Collected data entries
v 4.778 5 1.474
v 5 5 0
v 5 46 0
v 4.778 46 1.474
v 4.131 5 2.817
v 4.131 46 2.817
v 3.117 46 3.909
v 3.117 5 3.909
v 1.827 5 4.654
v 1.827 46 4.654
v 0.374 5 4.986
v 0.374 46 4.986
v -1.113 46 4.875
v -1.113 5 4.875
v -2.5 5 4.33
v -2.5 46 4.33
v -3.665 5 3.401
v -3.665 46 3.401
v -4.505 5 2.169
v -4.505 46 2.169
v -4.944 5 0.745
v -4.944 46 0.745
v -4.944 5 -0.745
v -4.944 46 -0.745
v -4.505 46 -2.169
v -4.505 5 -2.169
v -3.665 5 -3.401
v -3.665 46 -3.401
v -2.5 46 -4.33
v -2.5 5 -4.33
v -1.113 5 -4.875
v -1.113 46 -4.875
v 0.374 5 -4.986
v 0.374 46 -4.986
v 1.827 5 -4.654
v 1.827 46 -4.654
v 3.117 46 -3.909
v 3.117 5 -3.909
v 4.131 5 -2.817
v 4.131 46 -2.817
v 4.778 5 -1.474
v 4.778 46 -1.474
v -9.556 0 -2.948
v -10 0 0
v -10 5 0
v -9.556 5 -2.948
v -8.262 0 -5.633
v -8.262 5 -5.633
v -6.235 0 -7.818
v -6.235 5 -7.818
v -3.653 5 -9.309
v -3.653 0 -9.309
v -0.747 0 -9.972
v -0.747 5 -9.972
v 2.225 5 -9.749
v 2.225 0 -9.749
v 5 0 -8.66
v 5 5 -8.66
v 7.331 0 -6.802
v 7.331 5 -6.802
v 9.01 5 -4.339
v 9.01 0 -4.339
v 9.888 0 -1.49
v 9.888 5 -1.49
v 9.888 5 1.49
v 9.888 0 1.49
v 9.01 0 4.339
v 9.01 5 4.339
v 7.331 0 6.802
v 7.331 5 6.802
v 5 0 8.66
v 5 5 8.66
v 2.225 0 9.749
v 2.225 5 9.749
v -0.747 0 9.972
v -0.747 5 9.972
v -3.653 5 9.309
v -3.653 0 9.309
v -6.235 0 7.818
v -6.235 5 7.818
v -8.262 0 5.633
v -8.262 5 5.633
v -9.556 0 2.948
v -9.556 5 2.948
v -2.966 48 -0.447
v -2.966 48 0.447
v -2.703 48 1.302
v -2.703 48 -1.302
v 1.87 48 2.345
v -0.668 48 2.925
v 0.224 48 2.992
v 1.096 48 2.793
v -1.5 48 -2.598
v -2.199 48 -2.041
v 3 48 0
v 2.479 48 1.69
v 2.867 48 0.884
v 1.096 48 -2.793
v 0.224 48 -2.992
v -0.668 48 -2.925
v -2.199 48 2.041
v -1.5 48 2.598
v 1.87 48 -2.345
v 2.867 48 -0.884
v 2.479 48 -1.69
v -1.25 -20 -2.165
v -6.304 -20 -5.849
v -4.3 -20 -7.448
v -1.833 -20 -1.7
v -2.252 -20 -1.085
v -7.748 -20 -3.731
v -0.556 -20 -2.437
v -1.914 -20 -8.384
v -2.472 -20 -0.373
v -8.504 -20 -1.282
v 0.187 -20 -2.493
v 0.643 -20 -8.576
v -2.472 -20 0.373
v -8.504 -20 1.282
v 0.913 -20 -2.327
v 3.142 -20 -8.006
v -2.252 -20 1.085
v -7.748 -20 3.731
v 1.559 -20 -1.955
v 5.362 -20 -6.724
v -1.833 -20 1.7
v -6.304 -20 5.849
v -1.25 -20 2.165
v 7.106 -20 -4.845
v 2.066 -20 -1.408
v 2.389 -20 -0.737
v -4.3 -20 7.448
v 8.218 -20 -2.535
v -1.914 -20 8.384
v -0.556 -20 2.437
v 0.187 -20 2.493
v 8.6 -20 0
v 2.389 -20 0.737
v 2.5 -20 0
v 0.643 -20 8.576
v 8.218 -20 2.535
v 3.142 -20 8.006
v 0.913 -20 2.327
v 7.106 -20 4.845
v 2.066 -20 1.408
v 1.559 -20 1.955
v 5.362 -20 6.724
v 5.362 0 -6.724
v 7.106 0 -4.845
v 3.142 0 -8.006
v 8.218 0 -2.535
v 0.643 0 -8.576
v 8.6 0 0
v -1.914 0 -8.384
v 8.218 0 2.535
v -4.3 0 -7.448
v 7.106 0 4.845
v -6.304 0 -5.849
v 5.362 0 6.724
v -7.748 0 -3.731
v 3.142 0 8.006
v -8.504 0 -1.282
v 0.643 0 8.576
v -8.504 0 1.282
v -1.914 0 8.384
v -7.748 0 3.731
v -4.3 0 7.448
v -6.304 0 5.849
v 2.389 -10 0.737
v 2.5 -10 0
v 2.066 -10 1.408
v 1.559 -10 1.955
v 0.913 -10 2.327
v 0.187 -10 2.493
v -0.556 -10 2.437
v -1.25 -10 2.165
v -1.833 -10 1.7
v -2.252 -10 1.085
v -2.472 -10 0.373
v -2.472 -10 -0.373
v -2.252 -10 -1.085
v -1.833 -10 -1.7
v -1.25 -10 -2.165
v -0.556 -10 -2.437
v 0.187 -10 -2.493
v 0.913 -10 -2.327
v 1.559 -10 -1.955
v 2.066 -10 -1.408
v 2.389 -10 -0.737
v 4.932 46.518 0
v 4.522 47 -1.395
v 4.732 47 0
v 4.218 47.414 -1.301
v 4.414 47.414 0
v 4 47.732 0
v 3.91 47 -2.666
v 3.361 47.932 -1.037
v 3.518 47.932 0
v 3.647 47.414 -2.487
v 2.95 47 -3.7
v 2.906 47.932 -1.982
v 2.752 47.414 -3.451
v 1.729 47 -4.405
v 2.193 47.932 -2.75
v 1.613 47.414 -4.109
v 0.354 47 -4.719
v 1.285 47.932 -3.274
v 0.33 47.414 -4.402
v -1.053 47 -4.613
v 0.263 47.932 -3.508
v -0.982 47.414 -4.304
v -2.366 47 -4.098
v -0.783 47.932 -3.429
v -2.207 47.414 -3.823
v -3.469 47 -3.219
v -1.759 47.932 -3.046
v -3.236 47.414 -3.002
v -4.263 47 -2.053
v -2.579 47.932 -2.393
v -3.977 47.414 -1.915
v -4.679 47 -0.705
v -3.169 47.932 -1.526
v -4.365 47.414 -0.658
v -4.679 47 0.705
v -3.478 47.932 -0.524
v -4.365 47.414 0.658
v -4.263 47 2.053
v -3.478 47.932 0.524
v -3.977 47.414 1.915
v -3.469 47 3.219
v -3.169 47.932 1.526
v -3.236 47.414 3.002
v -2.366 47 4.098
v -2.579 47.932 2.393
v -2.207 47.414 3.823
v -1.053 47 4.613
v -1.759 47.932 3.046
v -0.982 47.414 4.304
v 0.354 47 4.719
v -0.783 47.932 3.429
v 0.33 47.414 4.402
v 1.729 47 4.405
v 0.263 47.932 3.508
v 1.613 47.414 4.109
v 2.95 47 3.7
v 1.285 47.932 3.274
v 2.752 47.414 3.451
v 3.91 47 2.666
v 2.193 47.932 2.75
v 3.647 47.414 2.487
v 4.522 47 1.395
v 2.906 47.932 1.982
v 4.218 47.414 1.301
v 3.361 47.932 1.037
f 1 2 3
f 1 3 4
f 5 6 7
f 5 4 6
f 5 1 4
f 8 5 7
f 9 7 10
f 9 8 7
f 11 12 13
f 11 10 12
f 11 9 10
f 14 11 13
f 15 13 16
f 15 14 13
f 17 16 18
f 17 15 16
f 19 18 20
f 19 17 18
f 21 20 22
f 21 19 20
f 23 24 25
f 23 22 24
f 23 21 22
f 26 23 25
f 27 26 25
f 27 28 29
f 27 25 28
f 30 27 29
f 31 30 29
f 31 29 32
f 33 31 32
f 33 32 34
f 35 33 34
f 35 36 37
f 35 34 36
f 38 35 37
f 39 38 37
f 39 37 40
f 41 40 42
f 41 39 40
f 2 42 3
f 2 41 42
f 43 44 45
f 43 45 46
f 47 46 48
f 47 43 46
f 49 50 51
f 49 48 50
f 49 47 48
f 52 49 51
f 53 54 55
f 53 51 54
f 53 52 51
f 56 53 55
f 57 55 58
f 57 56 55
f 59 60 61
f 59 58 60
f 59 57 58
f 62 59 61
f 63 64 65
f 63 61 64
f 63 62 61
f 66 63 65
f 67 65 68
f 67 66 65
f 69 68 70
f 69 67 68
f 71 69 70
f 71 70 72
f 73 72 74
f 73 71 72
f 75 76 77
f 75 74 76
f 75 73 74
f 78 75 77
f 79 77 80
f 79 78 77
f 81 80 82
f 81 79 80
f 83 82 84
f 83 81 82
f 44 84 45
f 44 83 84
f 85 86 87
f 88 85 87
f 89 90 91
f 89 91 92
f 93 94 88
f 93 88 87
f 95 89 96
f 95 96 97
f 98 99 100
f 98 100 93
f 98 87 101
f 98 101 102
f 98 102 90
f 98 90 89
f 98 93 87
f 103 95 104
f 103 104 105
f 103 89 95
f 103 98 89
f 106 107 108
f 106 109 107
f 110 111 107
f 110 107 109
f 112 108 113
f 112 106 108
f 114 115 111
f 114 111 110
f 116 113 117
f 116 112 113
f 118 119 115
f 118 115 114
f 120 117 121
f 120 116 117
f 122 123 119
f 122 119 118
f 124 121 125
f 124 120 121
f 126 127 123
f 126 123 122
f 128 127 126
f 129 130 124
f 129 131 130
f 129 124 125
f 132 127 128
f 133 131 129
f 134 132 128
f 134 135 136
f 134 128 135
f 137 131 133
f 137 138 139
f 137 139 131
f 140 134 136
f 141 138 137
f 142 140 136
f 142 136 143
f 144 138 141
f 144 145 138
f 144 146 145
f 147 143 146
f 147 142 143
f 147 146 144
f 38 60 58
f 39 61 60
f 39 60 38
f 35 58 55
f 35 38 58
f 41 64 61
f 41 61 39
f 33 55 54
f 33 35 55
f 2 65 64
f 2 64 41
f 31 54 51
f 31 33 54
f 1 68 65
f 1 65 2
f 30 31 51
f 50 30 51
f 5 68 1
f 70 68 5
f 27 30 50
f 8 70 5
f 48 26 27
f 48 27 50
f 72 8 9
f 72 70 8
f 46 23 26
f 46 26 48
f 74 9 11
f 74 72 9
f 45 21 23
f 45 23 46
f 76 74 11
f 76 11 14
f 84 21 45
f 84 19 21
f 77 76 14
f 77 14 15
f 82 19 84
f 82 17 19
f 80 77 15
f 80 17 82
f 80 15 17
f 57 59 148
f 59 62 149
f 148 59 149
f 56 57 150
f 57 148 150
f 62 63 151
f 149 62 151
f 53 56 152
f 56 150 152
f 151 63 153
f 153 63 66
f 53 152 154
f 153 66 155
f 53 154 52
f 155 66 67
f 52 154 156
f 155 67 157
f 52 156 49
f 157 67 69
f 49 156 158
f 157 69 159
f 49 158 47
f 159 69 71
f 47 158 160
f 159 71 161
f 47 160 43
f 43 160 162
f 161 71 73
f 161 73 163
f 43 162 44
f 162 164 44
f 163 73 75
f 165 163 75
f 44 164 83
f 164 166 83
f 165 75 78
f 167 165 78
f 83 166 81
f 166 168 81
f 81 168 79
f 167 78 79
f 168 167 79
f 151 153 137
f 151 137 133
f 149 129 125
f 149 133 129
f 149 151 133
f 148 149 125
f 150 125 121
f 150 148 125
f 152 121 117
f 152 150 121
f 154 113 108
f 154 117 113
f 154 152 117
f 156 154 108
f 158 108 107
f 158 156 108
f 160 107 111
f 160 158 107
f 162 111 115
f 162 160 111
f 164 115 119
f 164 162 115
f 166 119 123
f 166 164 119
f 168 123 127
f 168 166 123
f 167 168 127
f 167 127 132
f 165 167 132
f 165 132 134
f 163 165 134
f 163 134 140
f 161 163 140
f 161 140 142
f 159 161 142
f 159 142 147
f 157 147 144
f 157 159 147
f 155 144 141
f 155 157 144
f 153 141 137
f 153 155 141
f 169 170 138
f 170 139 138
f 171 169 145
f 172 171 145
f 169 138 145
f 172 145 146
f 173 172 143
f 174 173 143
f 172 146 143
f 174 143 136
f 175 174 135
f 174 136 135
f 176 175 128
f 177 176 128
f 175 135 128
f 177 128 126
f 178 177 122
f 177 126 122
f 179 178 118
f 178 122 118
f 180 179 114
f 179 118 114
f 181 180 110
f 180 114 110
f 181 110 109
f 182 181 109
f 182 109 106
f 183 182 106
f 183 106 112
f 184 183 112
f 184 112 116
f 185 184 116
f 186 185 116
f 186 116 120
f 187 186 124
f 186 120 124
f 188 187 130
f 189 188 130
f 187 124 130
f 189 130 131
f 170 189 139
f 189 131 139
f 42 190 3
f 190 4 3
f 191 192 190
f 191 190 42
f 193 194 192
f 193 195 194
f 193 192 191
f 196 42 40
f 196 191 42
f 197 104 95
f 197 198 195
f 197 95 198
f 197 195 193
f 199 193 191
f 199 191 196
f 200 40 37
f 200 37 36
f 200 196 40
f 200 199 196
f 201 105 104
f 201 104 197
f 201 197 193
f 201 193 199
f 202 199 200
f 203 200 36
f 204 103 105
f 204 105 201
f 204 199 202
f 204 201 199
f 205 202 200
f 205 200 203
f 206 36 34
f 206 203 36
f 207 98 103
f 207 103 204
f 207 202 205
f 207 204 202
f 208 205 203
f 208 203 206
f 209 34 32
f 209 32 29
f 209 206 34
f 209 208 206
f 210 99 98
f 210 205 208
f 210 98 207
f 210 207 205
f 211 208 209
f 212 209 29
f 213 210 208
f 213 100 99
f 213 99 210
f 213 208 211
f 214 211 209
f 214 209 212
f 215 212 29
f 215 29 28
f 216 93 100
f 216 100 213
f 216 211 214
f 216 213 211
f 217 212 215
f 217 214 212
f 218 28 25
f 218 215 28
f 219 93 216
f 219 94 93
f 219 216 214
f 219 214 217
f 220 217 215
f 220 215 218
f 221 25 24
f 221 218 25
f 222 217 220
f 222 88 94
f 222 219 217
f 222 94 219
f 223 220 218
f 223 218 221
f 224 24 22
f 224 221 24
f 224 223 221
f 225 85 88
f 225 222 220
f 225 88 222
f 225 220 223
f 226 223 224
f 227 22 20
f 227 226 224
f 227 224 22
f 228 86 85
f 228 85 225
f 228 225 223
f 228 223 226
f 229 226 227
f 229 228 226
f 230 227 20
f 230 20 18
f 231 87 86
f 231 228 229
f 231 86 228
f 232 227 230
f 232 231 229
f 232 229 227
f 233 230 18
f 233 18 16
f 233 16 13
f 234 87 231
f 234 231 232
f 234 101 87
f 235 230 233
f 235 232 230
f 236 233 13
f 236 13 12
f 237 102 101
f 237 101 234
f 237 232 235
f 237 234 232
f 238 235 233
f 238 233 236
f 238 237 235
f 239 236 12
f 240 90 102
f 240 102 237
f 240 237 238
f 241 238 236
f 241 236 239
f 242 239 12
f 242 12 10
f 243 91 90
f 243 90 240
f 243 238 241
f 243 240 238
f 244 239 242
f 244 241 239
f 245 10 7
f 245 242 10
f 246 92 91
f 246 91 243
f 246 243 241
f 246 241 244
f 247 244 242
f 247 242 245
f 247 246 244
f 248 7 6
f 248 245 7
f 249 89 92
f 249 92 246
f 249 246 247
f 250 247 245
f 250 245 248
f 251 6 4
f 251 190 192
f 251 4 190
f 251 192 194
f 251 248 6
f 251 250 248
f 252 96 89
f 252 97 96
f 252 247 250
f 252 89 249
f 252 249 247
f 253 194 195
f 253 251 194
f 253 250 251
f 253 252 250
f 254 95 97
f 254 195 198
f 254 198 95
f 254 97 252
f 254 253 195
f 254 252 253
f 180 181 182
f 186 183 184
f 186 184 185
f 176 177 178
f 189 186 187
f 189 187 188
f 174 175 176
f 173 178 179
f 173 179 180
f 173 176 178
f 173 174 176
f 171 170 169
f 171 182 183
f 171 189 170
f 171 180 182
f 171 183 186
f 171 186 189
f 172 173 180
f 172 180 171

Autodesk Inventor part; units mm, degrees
ref_plane "YZ Plane" through (0, 0, 0) normal (1, 0, 0) x (0, 1, 0)
ref_plane "XZ Plane" through (0, 0, 0) normal (0, 1, 0) x (-1, 0, 0)
ref_plane "XY Plane" through (0, 0, 0) normal (0, 0, 1) x (1, 0, 0)
sketch "Sketch1" plane through (0, 0, 0) normal (0, 1, 0) x (-1, 0, 0)
  circle A0 centre (0, 0) radius 10
  circle A1 centre (0, 0) radius 8.6
extrude "Extrusion1" add sketch "Sketch1" along normal blind 5 contours A0 | A1
sketch "Sketch2" plane through (0, 0, 0) normal (0, -1, 0) x (1, 0, 0)
  circle A0 centre (0, 0) radius 8.6
  circle A1 centre (0, 0) radius 2.5
extrude "Extrusion2" add sketch "Sketch2" along normal blind 20 contours A0 | A1
sketch "Sketch3" plane through (0, -20, 0) normal (0, -1, 0) x (1, 0, 0)
  circle A0 centre (0, 0) radius 2.5
extrude "Extrusion3" cut sketch "Sketch3" against normal blind 10
sketch "Sketch4" plane through (0, 5, 0) normal (0, 1, 0) x (1, 0, 0)
  circle A0 centre (0, 0) radius 5
extrude "Extrusion4" add sketch "Sketch4" along normal blind 43
fillet "Fillet1" radius 2 1 edges at (-5, 48, 0)
properties part number "driven_shaft" material "Gold"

§ What needs to be done: Here the job is to transcribe the lines from the first line of the data through the line containing "v -8.262 5 5.633", inclusive, exactly and with nothing else.

§ Written solution:
v 4.778 5 1.474
v 5 5 0
v 5 46 0
v 4.778 46 1.474
v 4.131 5 2.817
v 4.131 46 2.817
v 3.117 46 3.909
v 3.117 5 3.909
v 1.827 5 4.654
v 1.827 46 4.654
v 0.374 5 4.986
v 0.374 46 4.986
v -1.113 46 4.875
v -1.113 5 4.875
v -2.5 5 4.33
v -2.5 46 4.33
v -3.665 5 3.401
v -3.665 46 3.401
v -4.505 5 2.169
v -4.505 46 2.169
v -4.944 5 0.745
v -4.944 46 0.745
v -4.944 5 -0.745
v -4.944 46 -0.745
v -4.505 46 -2.169
v -4.505 5 -2.169
v -3.665 5 -3.401
v -3.665 46 -3.401
v -2.5 46 -4.33
v -2.5 5 -4.33
v -1.113 5 -4.875
v -1.113 46 -4.875
v 0.374 5 -4.986
v 0.374 46 -4.986
v 1.827 5 -4.654
v 1.827 46 -4.654
v 3.117 46 -3.909
v 3.117 5 -3.909
v 4.131 5 -2.817
v 4.131 46 -2.817
v 4.778 5 -1.474
v 4.778 46 -1.474
v -9.556 0 -2.948
v -10 0 0
v -10 5 0
v -9.556 5 -2.948
v -8.262 0 -5.633
v -8.262 5 -5.633
v -6.235 0 -7.818
v -6.235 5 -7.818
v -3.653 5 -9.309
v -3.653 0 -9.309
v -0.747 0 -9.972
v -0.747 5 -9.972
v 2.225 5 -9.749
v 2.225 0 -9.749
v 5 0 -8.66
v 5 5 -8.66
v 7.331 0 -6.802
v 7.331 5 -6.802
v 9.01 5 -4.339
v 9.01 0 -4.339
v 9.888 0 -1.49
v 9.888 5 -1.49
v 9.888 5 1.49
v 9.888 0 1.49
v 9.01 0 4.339
v 9.01 5 4.339
v 7.331 0 6.802
v 7.331 5 6.802
v 5 0 8.66
v 5 5 8.66
v 2.225 0 9.749
v 2.225 5 9.749
v -0.747 0 9.972
v -0.747 5 9.972
v -3.653 5 9.309
v -3.653 0 9.309
v -6.235 0 7.818
v -6.235 5 7.818
v -8.262 0 5.633
v -8.262 5 5.633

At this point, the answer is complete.